Размер шрифта
-
+

Билет на вчерашний трамвай - стр. 7

На улице стоял октябрь. И лужи. Много луж.

Я шлепала по ним с обреченностью бурлака и думала о том, что мне сегодня определенно не повезло. Лучше бы съездила на собеседование в массажный салон или еще куда-нибудь. И у меня был бы заработок. И мама не смотрела бы на меня как на постояльца, который третий месяц задерживает квартирную плату. Но вместо этого я шла, как бригантина по зеленым волнам, за Робертом. Неизвестно куда.

Я впала в транс настолько, что очнулась только у дерматиновой двери от писка карлика Бандероса:

– А вот тут я живу. Проходи!

Ну, прям Карлсон, черт подери!

Тут ко мне внезапно вернулся дар речи, и я завопила:

– Нет! Я это… Мне домой надо! У меня… Молоко убежало! И я в туалет хочу! Очень! Честное слово!

Но Роберт открыл дверь и дал мне увесистого пинка – с какой-то легкой, как мне показалось, сексуальной подоплекой.

Я влетела в помещение и замерла, раззявив рот. Помню, когда-то мне очень нравился клип «Коммунальная квартира» ныне почившей группы «Дюна».

Теперь я увидела квартиру, где он снимался.

Тут бегали дети без трусов с горшками в руках, тетки в бигуди с тазами, какие-то мужики в «семейках»… И никто из них не обратил внимания на то, как я, получив второй поджопник, резво полетела по коридору в голубую даль.

Долетев до каморки Роберта, я отдышалась и поймала себя на том, что потею от страха не меньше этого мини-Бандероса. Хорошо еще, что не больше.

А он по-босяцки пнул облезлую дверь ногой и впустил меня в свои палаты. Точнее, втолкнул.

Я медленно огляделась…

Два пивных ящика. На них лежит матрас. Украденный у больного энурезом. Судя по цвету, виду и запаху. Рядом еще один ящик. На нем доска. Это стол, за ним едят. Такой же стул, на нем сидят. Роскошь. Барокко. Фэн-шуй.

Дверь за моей спиной захлопнулась.
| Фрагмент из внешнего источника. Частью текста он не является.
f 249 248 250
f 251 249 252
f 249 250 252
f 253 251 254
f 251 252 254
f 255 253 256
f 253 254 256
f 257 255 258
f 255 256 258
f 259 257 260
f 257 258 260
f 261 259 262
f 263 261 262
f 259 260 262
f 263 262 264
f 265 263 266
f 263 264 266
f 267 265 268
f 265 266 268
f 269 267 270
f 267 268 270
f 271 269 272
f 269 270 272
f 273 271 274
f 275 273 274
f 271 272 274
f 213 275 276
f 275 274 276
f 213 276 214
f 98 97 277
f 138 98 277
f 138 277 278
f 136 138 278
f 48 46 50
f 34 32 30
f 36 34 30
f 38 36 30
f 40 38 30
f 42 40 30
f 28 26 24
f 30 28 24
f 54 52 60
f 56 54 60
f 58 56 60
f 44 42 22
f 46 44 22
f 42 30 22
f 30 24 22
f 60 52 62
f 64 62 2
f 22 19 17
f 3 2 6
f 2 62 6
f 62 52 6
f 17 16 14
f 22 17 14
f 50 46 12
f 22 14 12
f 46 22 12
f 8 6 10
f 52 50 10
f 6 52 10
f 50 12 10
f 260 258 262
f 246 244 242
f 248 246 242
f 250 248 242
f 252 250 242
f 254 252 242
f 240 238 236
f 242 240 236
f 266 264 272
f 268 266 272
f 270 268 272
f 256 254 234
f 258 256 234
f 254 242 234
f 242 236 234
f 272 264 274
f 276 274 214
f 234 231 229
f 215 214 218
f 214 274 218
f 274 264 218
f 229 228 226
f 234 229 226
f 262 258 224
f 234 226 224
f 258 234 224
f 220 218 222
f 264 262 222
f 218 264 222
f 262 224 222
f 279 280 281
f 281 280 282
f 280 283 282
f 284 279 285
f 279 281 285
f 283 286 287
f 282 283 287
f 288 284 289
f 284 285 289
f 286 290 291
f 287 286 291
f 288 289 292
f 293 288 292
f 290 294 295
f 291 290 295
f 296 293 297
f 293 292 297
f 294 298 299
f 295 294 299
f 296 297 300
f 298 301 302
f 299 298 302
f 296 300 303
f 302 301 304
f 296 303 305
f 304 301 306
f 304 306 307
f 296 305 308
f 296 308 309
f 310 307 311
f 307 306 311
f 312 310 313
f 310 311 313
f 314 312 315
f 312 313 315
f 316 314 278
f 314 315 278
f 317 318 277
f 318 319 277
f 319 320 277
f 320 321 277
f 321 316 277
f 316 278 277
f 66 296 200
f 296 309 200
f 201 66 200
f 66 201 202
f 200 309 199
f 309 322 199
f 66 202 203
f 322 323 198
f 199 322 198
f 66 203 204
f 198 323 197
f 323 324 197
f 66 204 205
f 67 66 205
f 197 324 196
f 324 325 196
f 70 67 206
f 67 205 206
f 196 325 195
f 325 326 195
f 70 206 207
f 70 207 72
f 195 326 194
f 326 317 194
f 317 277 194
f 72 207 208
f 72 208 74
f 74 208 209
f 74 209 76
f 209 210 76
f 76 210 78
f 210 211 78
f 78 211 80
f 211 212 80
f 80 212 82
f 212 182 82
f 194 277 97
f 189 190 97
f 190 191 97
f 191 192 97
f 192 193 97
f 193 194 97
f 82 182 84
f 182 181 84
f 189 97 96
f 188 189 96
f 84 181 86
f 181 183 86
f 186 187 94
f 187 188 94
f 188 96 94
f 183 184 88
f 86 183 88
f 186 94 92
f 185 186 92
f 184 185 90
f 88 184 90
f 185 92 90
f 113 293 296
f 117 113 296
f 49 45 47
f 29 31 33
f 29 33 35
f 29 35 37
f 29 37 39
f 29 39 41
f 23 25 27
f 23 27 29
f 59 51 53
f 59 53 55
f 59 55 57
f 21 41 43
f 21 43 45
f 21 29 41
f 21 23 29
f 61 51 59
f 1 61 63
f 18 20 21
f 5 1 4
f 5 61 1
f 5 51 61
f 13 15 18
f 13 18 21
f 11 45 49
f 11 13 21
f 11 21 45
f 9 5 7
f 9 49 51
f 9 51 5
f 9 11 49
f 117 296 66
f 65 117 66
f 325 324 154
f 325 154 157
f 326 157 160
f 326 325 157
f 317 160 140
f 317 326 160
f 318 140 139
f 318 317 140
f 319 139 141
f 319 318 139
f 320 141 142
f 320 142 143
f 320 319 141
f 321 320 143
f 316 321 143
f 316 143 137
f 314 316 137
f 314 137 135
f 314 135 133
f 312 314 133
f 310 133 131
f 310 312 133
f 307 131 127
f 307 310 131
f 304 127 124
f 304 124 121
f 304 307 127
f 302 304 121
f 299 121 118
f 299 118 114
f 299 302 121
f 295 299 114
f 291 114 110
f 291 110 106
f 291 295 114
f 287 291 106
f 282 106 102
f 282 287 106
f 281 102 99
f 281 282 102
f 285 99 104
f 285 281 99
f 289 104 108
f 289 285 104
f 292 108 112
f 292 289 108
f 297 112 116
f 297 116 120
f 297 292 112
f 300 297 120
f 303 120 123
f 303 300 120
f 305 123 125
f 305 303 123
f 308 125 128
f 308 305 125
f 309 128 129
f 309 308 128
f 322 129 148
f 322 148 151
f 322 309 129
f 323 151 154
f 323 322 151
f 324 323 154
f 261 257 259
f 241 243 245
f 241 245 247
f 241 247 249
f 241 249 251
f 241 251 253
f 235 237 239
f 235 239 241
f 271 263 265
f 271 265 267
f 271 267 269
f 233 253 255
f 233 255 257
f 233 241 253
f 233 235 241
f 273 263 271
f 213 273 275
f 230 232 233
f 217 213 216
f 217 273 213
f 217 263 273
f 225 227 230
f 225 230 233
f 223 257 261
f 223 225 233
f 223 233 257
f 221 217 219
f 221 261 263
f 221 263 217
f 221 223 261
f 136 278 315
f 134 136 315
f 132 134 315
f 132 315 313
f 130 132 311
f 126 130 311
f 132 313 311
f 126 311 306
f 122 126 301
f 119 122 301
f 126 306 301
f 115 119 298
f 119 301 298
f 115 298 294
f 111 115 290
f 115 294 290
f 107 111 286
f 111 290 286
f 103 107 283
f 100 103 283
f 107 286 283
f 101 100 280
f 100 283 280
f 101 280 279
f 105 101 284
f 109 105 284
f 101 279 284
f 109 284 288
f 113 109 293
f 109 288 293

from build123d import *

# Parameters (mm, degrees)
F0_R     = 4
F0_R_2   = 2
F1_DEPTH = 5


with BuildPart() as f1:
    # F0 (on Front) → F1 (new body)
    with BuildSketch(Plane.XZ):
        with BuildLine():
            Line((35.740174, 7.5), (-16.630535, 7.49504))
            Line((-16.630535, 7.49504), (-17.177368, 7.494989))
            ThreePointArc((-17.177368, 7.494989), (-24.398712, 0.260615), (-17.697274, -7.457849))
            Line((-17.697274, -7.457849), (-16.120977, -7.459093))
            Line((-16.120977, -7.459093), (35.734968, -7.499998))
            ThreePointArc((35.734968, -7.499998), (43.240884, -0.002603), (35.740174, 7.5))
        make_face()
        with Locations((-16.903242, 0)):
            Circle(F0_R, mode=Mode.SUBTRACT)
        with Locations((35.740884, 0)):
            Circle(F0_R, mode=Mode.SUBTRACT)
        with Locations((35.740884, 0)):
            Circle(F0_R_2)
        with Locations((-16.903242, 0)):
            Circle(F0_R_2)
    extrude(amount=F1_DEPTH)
А значит, путь назад отрезан. Я шлепнулась на стул (который ящик) и стала покорно ждать армянского надругательства.

Роберт Бандерос важно уселся рядом, шлепнул передо мной фотоальбом и сообщил:

– Это фотографии с нудистского пляжа. Оцени мой член.

И страстно задышал.

Я судорожно сглотнула. Похоже, надо мной надругаются прямо сейчас. Возможно, с извращениями. И вероятно, заставят облизывать сизую бородавку. Я икнула, опять вспотела и открыла альбом. Там были сплошные половые органы. Мужские (я все-таки три года замужем побыла). Органы выглядывали из зарослей чего-то дикорастущего. Такую прическу я называла «Тут потерялся и умер Индиана Джонс».

Не зная, какой из этих членов принадлежит Роберту, я на всякий случай сказала:

– Неплохой такой… пенис. Да.

Роберт обнажил в смущенной улыбке коричневые зубы и радостно произнес:

– А теперь выпьем с горя! Где же кружка?

И убежал. А я решила не терять драгоценного времени и попробовала свалить через окно. Но быстро убедилась, что это не так просто, и сникла. Пятый этаж все-таки…

Поэтому я снова настроилась на армянское надругательство.

И оно пришло быстро. Через пять минут. С эмалированной зеленой кружкой, с которой, по-видимому, прошел весь ГУЛАГ его героический дедушка Карен. В кружке плавали опилки и небольшие бревна. Это был чай. Наверное. Ибо перед смертью пробовать яд мне не хотелось. Наверняка он был долгоиграющий. Я бы сначала изошла поносом, соплями и билась в корчах минимум пять часов.

В довесок к яду мне принесли овсяное печенье. Одно. Явно сворованное волосатой рукой Роберта из клетки с попугаем.